Published online Mar 26, 2020. doi: 10.12998/wjcc.v8.i6.1087
Peer-review started: October 21, 2019
First decision: November 11, 2019
Revised: November 13, 2019
Accepted: December 6, 2019
Article in press: December 6, 2019
Published online: March 26, 2020
Processing time: 156 Days and 13.5 Hours
Conventional implant surgery involves flap elevation, which may result in increased postoperative discomfort and morbidity. The flapless surgical technique, aided by three-dimensional medical imaging equipment, is regarded as a possible alternative to the conventional approach to alleviate the above issues. However, previous results regarding the role of flapless implant surgery are inconsistent and there is still concern regarding the long-term clinical performance of the flapless surgical technique. To date, no meta-analysis or systematic review comparing the long-term clinical performance of the flapless surgical technique to the conventional approach have been published.
The long-term clinical performance of dental implant treatment can be affected by different surgical techniques. Thus, it is important to compare the long-term outcomes of flapless implant surgery to those of the conventional approach over a follow-up of three years or more. A better insight into this topic would help inform surgeons regarding which type of surgical technique is more beneficial to the long-term prognosis of patients in need of implant insertion.
To compare the long-term clinical performance after flapless implant surgery to that after the conventional approach with flap elevation.
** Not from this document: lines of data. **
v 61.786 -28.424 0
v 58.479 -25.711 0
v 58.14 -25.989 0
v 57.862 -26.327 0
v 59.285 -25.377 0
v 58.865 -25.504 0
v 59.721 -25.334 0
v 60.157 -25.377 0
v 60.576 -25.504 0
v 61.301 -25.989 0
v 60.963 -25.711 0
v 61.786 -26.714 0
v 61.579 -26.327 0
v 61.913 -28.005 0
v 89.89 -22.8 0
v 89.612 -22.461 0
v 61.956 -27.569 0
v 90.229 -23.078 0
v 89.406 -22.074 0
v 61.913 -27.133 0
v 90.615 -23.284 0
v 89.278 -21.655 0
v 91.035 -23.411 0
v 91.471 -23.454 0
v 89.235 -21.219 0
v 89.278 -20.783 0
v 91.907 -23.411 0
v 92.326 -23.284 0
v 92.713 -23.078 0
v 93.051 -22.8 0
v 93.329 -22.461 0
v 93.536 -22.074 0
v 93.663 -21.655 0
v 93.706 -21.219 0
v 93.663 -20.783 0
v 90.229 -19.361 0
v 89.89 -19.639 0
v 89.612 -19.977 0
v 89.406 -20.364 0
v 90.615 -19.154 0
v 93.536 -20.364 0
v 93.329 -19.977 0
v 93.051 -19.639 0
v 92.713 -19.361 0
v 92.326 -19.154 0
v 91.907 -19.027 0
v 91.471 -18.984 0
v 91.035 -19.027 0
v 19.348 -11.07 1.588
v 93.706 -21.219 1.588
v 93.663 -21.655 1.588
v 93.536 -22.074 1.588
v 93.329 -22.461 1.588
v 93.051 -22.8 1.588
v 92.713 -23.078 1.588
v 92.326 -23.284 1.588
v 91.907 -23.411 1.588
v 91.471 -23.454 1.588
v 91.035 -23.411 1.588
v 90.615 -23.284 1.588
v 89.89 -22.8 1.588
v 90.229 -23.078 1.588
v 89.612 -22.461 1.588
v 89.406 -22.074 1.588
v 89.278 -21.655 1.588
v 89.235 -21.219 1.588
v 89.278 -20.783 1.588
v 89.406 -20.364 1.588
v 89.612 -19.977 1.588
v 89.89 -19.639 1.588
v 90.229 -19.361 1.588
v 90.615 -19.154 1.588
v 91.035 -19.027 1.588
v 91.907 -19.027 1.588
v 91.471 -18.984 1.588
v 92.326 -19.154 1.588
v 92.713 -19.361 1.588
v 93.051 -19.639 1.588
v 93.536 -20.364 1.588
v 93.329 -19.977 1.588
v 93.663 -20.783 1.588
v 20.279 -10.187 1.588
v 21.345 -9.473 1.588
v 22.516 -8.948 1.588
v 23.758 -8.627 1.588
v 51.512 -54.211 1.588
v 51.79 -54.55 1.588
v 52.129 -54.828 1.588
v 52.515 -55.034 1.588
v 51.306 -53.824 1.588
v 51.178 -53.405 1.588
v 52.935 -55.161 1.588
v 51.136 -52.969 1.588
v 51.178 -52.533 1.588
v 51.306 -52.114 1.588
This was a systematic review and meta-analysis. The protocol of this study was defined by the authors prior to the literature search. Nine electronic databases were systematically searched from inception to September 23, 2019. A manual search was also carried out to identify studies that were not indexed in the above databases. Randomised controlled trials (RCTs) and cohort studies comparing the long-term clinical performance after flapless implant surgery to the conventional approach over a follow-up of three years or more were included in the current systematic review. The risk of bias in selected RCTs and cohort studies was assessed using the Cochrane Collaboration’s tool for assessing risk of bias and the Newcastle-Ottawa Scale, respectively. Meta-analyses were conducted to estimate the odds ratios (ORs) or mean differences (MDs) and their 95% confidence intervals (CIs) for the implant survival rate, marginal bone loss, and complication rate of the flapless and conventional groups. Sensitivity analyses were performed to determine if the findings of the current meta-analyses were dependent on any individual study. Moreover, subgroup analyses were carried out to account for the possible effects of the guided or free-hand method during flapless surgery.
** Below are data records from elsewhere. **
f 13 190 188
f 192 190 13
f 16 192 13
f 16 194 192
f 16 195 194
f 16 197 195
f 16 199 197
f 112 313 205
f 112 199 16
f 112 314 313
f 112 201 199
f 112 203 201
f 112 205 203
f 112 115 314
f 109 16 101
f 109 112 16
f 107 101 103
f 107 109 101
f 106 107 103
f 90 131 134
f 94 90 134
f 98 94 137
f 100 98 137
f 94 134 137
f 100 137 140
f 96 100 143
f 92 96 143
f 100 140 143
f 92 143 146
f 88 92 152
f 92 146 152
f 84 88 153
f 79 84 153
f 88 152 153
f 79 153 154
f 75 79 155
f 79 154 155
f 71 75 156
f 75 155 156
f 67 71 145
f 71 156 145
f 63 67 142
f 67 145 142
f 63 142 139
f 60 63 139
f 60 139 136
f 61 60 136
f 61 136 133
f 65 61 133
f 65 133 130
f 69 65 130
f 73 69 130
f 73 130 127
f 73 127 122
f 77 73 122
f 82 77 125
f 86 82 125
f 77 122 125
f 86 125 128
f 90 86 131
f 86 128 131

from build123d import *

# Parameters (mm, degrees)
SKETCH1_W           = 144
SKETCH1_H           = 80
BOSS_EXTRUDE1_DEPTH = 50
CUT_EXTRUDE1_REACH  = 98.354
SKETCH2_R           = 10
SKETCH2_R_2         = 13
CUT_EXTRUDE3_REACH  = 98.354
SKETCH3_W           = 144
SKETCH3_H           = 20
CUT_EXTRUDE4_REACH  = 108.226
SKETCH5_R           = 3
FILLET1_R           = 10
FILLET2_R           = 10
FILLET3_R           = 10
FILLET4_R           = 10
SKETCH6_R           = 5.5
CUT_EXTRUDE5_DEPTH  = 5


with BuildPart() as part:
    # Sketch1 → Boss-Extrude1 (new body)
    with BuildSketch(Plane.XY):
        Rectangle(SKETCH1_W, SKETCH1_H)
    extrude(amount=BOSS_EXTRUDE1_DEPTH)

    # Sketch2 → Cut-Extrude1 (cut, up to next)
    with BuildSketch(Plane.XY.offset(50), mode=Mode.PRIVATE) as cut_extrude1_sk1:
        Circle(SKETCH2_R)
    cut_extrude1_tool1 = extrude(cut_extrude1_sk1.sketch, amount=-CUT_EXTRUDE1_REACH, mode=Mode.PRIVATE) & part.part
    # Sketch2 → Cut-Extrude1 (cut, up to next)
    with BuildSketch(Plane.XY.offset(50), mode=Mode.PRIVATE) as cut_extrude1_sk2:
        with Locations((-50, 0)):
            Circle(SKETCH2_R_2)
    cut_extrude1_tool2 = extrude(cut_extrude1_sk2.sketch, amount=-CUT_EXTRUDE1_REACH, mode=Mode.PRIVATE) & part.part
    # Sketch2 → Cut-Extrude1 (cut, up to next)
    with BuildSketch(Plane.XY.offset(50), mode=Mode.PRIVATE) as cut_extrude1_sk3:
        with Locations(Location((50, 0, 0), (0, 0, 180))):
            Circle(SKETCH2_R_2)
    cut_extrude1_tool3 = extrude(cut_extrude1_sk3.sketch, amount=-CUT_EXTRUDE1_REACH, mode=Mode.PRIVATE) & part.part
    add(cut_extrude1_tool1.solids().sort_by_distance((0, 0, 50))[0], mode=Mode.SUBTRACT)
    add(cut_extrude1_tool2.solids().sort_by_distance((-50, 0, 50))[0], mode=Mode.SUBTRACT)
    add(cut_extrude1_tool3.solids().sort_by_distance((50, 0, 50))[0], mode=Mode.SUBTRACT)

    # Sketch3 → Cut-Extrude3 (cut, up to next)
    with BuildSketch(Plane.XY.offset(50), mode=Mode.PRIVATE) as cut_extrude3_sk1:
Of 1839 records, ten articles (i.e., four RCTs and six cohort studies) involving a total of 8607 participants and 20428 implants satisfied the eligibility criteria and nine of them (i.e., four RCTs and five cohort studies) were included in the meta-analysis. Two RCTs (50%) were evaluated to have an unclear risk of bias and the other two RCTs (50%) were found to have a high risk of bias. Three cohort studies had a low risk of bias, and the other three cohort studies were judged to have a moderate risk of bias. After meta-analyses, there was no significant difference between the long-term implant survival rate [OR = 1.30, 95%CI (0.37, 4.54), P = 0.68], marginal bone loss [MD = 0.01, 95%CI (-0.42, 0.44), P = 0.97], and complication rate [OR = 1.44, 95%CI (0.77, 2.68), P = 0.25] between the flapless implant surgery group and the conventional approach group. The overall results and conclusions of the meta-analyses were not affected by the exclusion or inclusion of individual studies. Moreover, subgroup analyses revealed that there was no statistically significant difference between the implant survival rate [guided: OR = 1.52, 95%CI (0.19, 12.35), P = 0.70; free-hand: n = 1, could not be estimated], marginal bone loss [guided: MD = 0.22, 95%CI (-0.14, 0.59), P = 0.23; free-hand: MD = -0.27, 95%CI (-1.10, 0.57), P = 0.53], or complication rate [guided: OR = 1.16, 95%CI (0.52, 2.63), P = 0.71; free-hand: OR = 1.75, 95%CI (0.66, 4.63), P = 0.26] in the flapless and conventional groups either with the use of a surgical guide or by the free-hand method.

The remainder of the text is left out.